A typical bedroom repaint runs $75 to $250 in paint depending on grade, plus $30 to $80 in supplies for the first room (rollers, brushes, painter tape, drop cloths, tray, edger pad). Per gallon, premium paint costs 2 to 3 times more than the bottom of the line, but the better hide often saves a third coat, and the durability difference shows after 5 to 7 years.
- Standard coverage = 350 sq ft per gallon (8.6 m² per liter)
- Premium one-coat = 400 to 450 sq ft per gallon
- Door deduction = 20 sq ft each (1.86 m²)
- Window deduction = 15 sq ft each (1.39 m²)
- Waste allowance = 10% for roller absorption and touch-ups
- Two coats = standard for most color changes and new walls
- Standard interior latex = $25 to $45 per gallon (US 2024-2026)
- 5-gallon bucket = covers 1,750 sq ft at standard rate
Common paint calculator mistakes
The first mistake is forgetting to multiply by the number of coats — calculating one-coat coverage and ordering that amount leaves you a gallon short. The second is skipping the waste factor, which produces tight orders that run dry just before the last wall. The third is using exterior coverage rates for interior paint (or vice versa), which throws the math off by 30 to 40%.

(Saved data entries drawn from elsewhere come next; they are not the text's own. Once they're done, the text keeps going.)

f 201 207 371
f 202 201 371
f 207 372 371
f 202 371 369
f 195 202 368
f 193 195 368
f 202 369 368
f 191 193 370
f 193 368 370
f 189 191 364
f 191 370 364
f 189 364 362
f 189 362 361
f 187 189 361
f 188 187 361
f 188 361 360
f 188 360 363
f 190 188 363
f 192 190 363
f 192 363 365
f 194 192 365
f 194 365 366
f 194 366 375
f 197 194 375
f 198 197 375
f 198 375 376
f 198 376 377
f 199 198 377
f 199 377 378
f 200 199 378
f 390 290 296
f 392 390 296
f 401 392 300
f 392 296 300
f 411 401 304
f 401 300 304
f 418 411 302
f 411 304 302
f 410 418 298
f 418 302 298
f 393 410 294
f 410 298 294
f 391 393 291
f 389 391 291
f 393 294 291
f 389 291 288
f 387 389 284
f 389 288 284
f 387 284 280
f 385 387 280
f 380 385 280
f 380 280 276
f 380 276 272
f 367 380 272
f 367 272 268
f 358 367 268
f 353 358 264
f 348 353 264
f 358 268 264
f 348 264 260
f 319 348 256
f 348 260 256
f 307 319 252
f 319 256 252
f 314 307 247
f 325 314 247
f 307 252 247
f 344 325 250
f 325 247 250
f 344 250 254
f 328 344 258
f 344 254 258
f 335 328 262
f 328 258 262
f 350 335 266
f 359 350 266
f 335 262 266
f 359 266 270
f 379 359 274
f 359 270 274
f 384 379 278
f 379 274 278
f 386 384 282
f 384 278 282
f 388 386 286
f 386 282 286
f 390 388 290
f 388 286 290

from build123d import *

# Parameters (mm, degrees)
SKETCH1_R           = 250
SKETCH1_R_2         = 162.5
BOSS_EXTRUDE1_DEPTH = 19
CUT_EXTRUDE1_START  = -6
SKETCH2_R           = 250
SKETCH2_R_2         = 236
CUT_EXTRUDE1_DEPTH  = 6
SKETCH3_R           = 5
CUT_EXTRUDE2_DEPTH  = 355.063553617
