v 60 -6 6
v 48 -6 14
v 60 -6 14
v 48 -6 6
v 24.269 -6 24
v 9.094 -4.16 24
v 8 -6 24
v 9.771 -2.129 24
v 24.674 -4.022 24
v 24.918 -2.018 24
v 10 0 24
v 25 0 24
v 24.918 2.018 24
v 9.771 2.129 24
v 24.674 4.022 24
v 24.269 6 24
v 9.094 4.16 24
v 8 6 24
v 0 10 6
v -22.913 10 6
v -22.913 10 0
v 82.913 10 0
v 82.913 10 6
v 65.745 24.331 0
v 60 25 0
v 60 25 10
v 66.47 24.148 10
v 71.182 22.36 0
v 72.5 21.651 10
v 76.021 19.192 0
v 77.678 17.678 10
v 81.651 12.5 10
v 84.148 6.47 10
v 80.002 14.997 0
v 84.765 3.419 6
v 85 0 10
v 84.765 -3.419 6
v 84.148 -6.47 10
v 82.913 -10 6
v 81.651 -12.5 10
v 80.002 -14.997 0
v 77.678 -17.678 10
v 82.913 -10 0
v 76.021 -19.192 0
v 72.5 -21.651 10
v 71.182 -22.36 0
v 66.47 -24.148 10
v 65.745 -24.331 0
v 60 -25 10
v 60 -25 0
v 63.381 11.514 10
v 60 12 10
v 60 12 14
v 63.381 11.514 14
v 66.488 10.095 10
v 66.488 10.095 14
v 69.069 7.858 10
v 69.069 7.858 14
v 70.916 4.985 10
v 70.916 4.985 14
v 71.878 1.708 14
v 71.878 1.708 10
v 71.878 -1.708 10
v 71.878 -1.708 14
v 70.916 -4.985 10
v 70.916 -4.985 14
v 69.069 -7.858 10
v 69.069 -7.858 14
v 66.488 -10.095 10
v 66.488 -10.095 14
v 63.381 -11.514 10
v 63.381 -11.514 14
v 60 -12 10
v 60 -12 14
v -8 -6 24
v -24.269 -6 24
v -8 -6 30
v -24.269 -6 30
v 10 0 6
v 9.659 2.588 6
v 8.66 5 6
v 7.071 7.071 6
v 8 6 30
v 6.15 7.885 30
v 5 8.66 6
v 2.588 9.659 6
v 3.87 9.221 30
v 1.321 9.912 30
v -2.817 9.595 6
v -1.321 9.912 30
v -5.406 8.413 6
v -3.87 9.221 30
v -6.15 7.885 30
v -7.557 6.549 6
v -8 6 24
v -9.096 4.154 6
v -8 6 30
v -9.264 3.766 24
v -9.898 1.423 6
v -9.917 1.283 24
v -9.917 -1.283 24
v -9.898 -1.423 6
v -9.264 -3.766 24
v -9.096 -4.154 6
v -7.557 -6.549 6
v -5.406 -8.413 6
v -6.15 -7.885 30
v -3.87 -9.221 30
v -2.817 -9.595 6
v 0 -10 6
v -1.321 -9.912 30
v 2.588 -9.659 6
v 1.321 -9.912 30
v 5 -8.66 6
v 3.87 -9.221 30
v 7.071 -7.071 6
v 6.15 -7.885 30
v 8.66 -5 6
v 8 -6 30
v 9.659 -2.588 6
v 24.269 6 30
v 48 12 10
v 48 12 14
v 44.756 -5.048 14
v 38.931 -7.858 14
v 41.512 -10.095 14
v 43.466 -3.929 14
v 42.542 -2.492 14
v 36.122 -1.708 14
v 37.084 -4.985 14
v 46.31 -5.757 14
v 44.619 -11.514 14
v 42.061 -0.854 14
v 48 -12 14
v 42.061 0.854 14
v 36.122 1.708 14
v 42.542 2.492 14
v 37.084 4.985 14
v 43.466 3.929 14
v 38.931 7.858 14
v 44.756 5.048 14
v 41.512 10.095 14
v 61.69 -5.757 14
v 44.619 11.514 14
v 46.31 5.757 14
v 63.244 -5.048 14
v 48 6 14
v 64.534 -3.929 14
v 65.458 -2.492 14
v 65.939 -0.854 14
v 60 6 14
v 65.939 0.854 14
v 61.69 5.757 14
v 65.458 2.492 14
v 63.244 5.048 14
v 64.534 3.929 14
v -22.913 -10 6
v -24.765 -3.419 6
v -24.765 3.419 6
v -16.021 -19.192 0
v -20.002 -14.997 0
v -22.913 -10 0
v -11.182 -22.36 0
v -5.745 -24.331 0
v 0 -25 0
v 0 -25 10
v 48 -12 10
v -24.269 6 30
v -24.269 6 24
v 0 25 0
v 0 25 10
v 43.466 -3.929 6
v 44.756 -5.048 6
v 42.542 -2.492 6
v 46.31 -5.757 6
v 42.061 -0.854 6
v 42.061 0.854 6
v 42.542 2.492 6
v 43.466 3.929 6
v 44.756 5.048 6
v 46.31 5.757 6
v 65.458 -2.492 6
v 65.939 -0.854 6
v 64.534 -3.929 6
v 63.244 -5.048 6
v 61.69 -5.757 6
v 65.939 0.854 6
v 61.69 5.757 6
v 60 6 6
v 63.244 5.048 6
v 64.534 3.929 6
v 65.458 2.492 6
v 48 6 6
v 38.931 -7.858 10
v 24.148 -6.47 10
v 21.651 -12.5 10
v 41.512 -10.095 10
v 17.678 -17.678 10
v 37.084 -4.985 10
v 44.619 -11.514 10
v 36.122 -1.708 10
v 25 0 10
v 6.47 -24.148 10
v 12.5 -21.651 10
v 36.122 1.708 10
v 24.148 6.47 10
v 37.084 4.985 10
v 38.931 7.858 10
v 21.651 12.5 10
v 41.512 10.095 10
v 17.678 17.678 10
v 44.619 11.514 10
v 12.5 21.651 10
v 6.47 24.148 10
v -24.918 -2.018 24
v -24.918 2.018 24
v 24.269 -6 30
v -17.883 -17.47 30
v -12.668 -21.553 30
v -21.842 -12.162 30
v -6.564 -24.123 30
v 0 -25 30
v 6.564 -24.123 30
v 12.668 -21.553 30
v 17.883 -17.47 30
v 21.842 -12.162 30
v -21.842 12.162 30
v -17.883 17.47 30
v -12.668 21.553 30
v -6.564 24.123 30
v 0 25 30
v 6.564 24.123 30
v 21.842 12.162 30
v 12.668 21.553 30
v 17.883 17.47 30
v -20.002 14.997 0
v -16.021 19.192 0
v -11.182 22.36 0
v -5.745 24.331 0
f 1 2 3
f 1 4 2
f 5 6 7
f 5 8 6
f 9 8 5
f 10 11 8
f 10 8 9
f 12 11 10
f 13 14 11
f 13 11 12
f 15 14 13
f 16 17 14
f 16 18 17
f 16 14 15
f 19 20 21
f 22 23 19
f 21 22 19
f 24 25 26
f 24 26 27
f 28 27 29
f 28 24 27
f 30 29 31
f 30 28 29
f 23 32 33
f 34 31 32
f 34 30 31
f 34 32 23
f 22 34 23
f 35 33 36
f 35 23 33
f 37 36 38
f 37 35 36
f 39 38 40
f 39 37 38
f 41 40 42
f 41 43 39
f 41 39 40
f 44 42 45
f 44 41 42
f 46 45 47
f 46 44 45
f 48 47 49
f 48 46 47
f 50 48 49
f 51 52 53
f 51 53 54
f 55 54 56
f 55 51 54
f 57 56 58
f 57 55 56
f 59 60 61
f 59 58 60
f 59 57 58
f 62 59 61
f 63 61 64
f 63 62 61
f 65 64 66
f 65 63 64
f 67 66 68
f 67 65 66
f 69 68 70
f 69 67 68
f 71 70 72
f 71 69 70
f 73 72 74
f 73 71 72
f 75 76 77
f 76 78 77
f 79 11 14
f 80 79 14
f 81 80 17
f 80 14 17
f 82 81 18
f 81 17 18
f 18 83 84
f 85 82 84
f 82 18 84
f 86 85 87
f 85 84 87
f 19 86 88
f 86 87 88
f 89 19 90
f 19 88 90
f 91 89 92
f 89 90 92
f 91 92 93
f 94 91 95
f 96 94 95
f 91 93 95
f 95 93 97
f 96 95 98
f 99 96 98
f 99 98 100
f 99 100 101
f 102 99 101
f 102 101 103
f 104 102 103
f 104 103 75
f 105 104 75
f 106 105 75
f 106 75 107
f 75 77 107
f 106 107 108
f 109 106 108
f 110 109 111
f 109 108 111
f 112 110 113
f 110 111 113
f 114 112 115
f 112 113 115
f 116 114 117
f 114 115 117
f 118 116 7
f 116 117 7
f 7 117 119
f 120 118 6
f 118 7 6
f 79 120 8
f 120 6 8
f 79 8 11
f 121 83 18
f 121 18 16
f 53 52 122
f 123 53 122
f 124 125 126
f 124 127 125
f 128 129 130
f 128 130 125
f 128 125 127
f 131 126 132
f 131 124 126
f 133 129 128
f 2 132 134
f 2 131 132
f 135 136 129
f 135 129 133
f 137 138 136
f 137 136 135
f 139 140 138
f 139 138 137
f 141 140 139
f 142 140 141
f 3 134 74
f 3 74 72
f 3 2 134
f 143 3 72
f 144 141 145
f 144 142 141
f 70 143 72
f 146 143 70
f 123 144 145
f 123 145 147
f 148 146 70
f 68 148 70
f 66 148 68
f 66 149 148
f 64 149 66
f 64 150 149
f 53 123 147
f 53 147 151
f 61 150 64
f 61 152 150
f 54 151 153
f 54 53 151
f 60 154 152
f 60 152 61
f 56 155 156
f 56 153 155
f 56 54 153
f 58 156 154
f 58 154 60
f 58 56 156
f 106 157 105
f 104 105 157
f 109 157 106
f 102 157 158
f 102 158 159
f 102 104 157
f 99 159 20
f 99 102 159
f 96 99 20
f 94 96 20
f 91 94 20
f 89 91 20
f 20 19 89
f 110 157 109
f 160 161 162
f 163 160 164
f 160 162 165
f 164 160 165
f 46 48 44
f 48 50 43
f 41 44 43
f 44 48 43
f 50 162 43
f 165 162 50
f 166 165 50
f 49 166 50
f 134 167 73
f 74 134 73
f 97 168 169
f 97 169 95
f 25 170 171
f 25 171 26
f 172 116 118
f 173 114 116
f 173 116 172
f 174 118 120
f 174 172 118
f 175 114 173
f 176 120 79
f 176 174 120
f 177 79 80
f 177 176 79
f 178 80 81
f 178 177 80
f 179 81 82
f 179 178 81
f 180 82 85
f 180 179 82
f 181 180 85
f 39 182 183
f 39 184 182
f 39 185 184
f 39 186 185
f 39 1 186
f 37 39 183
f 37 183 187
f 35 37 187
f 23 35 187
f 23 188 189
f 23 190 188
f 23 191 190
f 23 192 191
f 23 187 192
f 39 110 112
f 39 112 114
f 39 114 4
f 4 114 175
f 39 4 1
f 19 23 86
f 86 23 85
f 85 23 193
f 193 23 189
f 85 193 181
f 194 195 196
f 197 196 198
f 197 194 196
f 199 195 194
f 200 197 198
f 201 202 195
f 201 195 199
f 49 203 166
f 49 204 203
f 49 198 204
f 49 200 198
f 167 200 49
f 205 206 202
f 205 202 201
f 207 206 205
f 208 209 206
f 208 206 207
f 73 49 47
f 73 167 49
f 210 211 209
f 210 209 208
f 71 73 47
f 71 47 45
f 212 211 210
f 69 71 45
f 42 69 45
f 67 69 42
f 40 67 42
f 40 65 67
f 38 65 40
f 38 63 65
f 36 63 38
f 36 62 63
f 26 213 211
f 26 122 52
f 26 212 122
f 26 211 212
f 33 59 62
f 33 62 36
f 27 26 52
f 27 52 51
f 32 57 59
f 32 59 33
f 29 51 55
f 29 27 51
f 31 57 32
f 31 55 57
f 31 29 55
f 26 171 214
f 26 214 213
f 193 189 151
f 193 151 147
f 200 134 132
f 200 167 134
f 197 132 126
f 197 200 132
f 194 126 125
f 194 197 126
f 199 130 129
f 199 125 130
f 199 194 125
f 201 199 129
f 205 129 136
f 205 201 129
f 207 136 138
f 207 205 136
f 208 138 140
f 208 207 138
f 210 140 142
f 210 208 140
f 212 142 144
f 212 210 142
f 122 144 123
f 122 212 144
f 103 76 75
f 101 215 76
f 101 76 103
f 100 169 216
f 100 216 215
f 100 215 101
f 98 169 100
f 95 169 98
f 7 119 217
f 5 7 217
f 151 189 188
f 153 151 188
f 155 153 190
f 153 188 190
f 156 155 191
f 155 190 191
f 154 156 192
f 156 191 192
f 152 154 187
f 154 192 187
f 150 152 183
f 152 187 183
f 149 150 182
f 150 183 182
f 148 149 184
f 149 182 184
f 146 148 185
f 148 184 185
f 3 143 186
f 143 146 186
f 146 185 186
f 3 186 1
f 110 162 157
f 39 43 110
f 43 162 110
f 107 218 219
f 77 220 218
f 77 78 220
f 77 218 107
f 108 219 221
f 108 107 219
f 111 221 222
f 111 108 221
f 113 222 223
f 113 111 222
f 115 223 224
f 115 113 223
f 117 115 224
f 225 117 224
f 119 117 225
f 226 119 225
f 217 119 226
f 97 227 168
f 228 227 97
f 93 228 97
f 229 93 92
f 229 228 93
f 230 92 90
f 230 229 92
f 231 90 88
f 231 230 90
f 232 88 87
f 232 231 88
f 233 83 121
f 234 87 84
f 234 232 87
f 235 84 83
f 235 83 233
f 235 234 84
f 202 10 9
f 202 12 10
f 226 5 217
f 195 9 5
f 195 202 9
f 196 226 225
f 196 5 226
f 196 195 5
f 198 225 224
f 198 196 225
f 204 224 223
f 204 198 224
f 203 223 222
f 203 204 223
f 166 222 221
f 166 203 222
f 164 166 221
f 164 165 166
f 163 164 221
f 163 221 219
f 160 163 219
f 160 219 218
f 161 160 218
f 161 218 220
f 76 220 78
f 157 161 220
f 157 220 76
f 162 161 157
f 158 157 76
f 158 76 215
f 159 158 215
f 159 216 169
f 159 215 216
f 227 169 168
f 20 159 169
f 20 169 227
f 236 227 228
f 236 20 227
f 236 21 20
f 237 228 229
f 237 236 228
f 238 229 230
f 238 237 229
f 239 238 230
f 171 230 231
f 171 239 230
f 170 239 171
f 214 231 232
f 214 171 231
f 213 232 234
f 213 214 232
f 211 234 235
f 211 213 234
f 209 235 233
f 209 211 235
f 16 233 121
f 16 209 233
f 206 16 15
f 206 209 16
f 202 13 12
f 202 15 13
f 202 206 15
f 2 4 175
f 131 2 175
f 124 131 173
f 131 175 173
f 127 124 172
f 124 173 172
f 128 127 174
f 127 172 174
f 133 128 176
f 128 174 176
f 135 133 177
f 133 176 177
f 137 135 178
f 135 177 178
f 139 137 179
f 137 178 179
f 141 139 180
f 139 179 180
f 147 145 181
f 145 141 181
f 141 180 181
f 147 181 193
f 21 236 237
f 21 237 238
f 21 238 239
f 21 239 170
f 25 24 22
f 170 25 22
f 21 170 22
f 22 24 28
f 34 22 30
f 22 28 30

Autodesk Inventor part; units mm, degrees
ref_plane "XZ Plane" through (0, 0, 0) normal (0, 1, 0) x (-1, 0, 0)
ref_plane "XY Plane" through (0, 0, 0) normal (0, 0, 1) x (1, 0, 0)
sketch "Skizze1" plane through (0, 0, 0) normal (0, 0, 1) x (1, 0, 0)
  line L0 (0, 25) -> (60, 25)
  line L1 (0, -25) -> (60, -25)
  circle A0 centre (0, 0) radius 25
  arc A1 (60, -25) -> (60, 25) centre (60, 0) ccw
  line L2 (0, 0) -> (60, 0) construction
  point P0 (0, 0)
  dimension "d1" = 25
  dimension "d2" = 50
  dimension "d3" = 60
extrude "Extrusion1" add sketch "Skizze1" along normal blind 10 contours L0 A1 L1 A0
extrude "Extrusion2" add sketch "Skizze1" along normal blind 30 contours A0
sketch "Skizze3" plane through (0, 0, 30) normal (0, 0, 1) x (1, 0, 0)
  circle A0 centre (0, 0) radius 25 projected
  line L0 (-24.2693, 6) -> (24.2693, 6)
  line L1 (-24.2693, -6) -> (24.2693, -6)
  line L2 (-25, 0) -> (25, 0) construction
  point P0 (0, 0)
  point P1 (0, 0)
  dimension "d11" = 12
extrude "Extrusion4" cut sketch "Skizze3" against normal blind 6 contours A0 L1 L0
sketch "Skizze4" plane through (0, 0, 30) normal (0, 0, 1) x (1, 0, 0)
  circle A0 centre (0, 0) radius 10
  dimension "d14" = 20
extrude "Extrusion5" cut sketch "Skizze4" against normal up to surface (30 mm away)
sketch "Skizze5" plane through (0, 0, 10) normal (0, 0, 1) x (1, 0, 0)
  line L0 (48, 0) -> (60, 0) construction
  line L1 (48, -6) -> (60, -6)
  line L2 (60, 6) -> (48, 6)
  arc A0 (48, 6) -> (48, -6) centre (48, 0) ccw
  arc A1 (60, -6) -> (60, 6) centre (60, 0) ccw
  line L3 (48, 0) -> (60, 0) construction
  line L4 (48, -12) -> (60, -12)
  line L5 (60, 12) -> (48, 12)
  arc A2 (48, 12) -> (48, -12) centre (48, 0) ccw
  arc A3 (60, -12) -> (60, 12) centre (60, 0) ccw
  point P0 (0, 0)
  point P1 (54, 0)
  point P2 (54, 0)
  dimension "d17" = 12
  dimension "d18" = 60
  dimension "d19" = 6
  dimension "d20" = 12
extrude "Extrusion6" cut sketch "Skizze5" against normal up to surface (10 mm away) contours A0 L2 A1 L1
extrude "Extrusion7" add sketch "Skizze5" along normal blind 4
ref_plane "Arbeitsebene2" through (85, 0, 0) normal (1, 0, 0) x (0, 1, 0)
sketch "Skizze6" plane through (85, 0, 0) normal (1, 0, 0) x (0, 1, 0)
  line L0 (25, 0) -> (-25, 0) projected
  line L1 (-10, 0) -> (-10, 6)
  line L2 (-10, 6) -> (10, 6)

Paint colors are mixed at the store from base + tints. Two cans tinted to the same formula on different days can have visible color differences once on the wall — slightly different humidity, different tint volumes, or different operators all show up. For projects over 2 gallons, ask the store to "box" the cans together (pour into a 5-gallon bucket and stir) to homogenize before painting. For projects above 5 gallons, the store should do this automatically.
The fourth mistake is buying cheap paint to save $80 and then needing a third coat to cover, which uses 50% more paint and ends up costing more. The fifth is ignoring primer on bare drywall — even self-priming paint needs a true PVA primer on fresh joint compound to keep gloss differences (flashing) from showing up. The sixth is starting a project with one gallon "to see if it's enough" — a second batch tinted weeks later will not match.
For very large projects, the cost-per-square-foot of paint matters more than the cost-per-gallon. A $90 one-coat premium formula at 450 sq ft/gal is 20 cents per square foot per coat; a $30 standard latex at 350 sq ft/gal is 8.6 cents per square foot per coat — but the standard product often needs three coats where the premium needs two, so installed cost can swing the math back toward premium.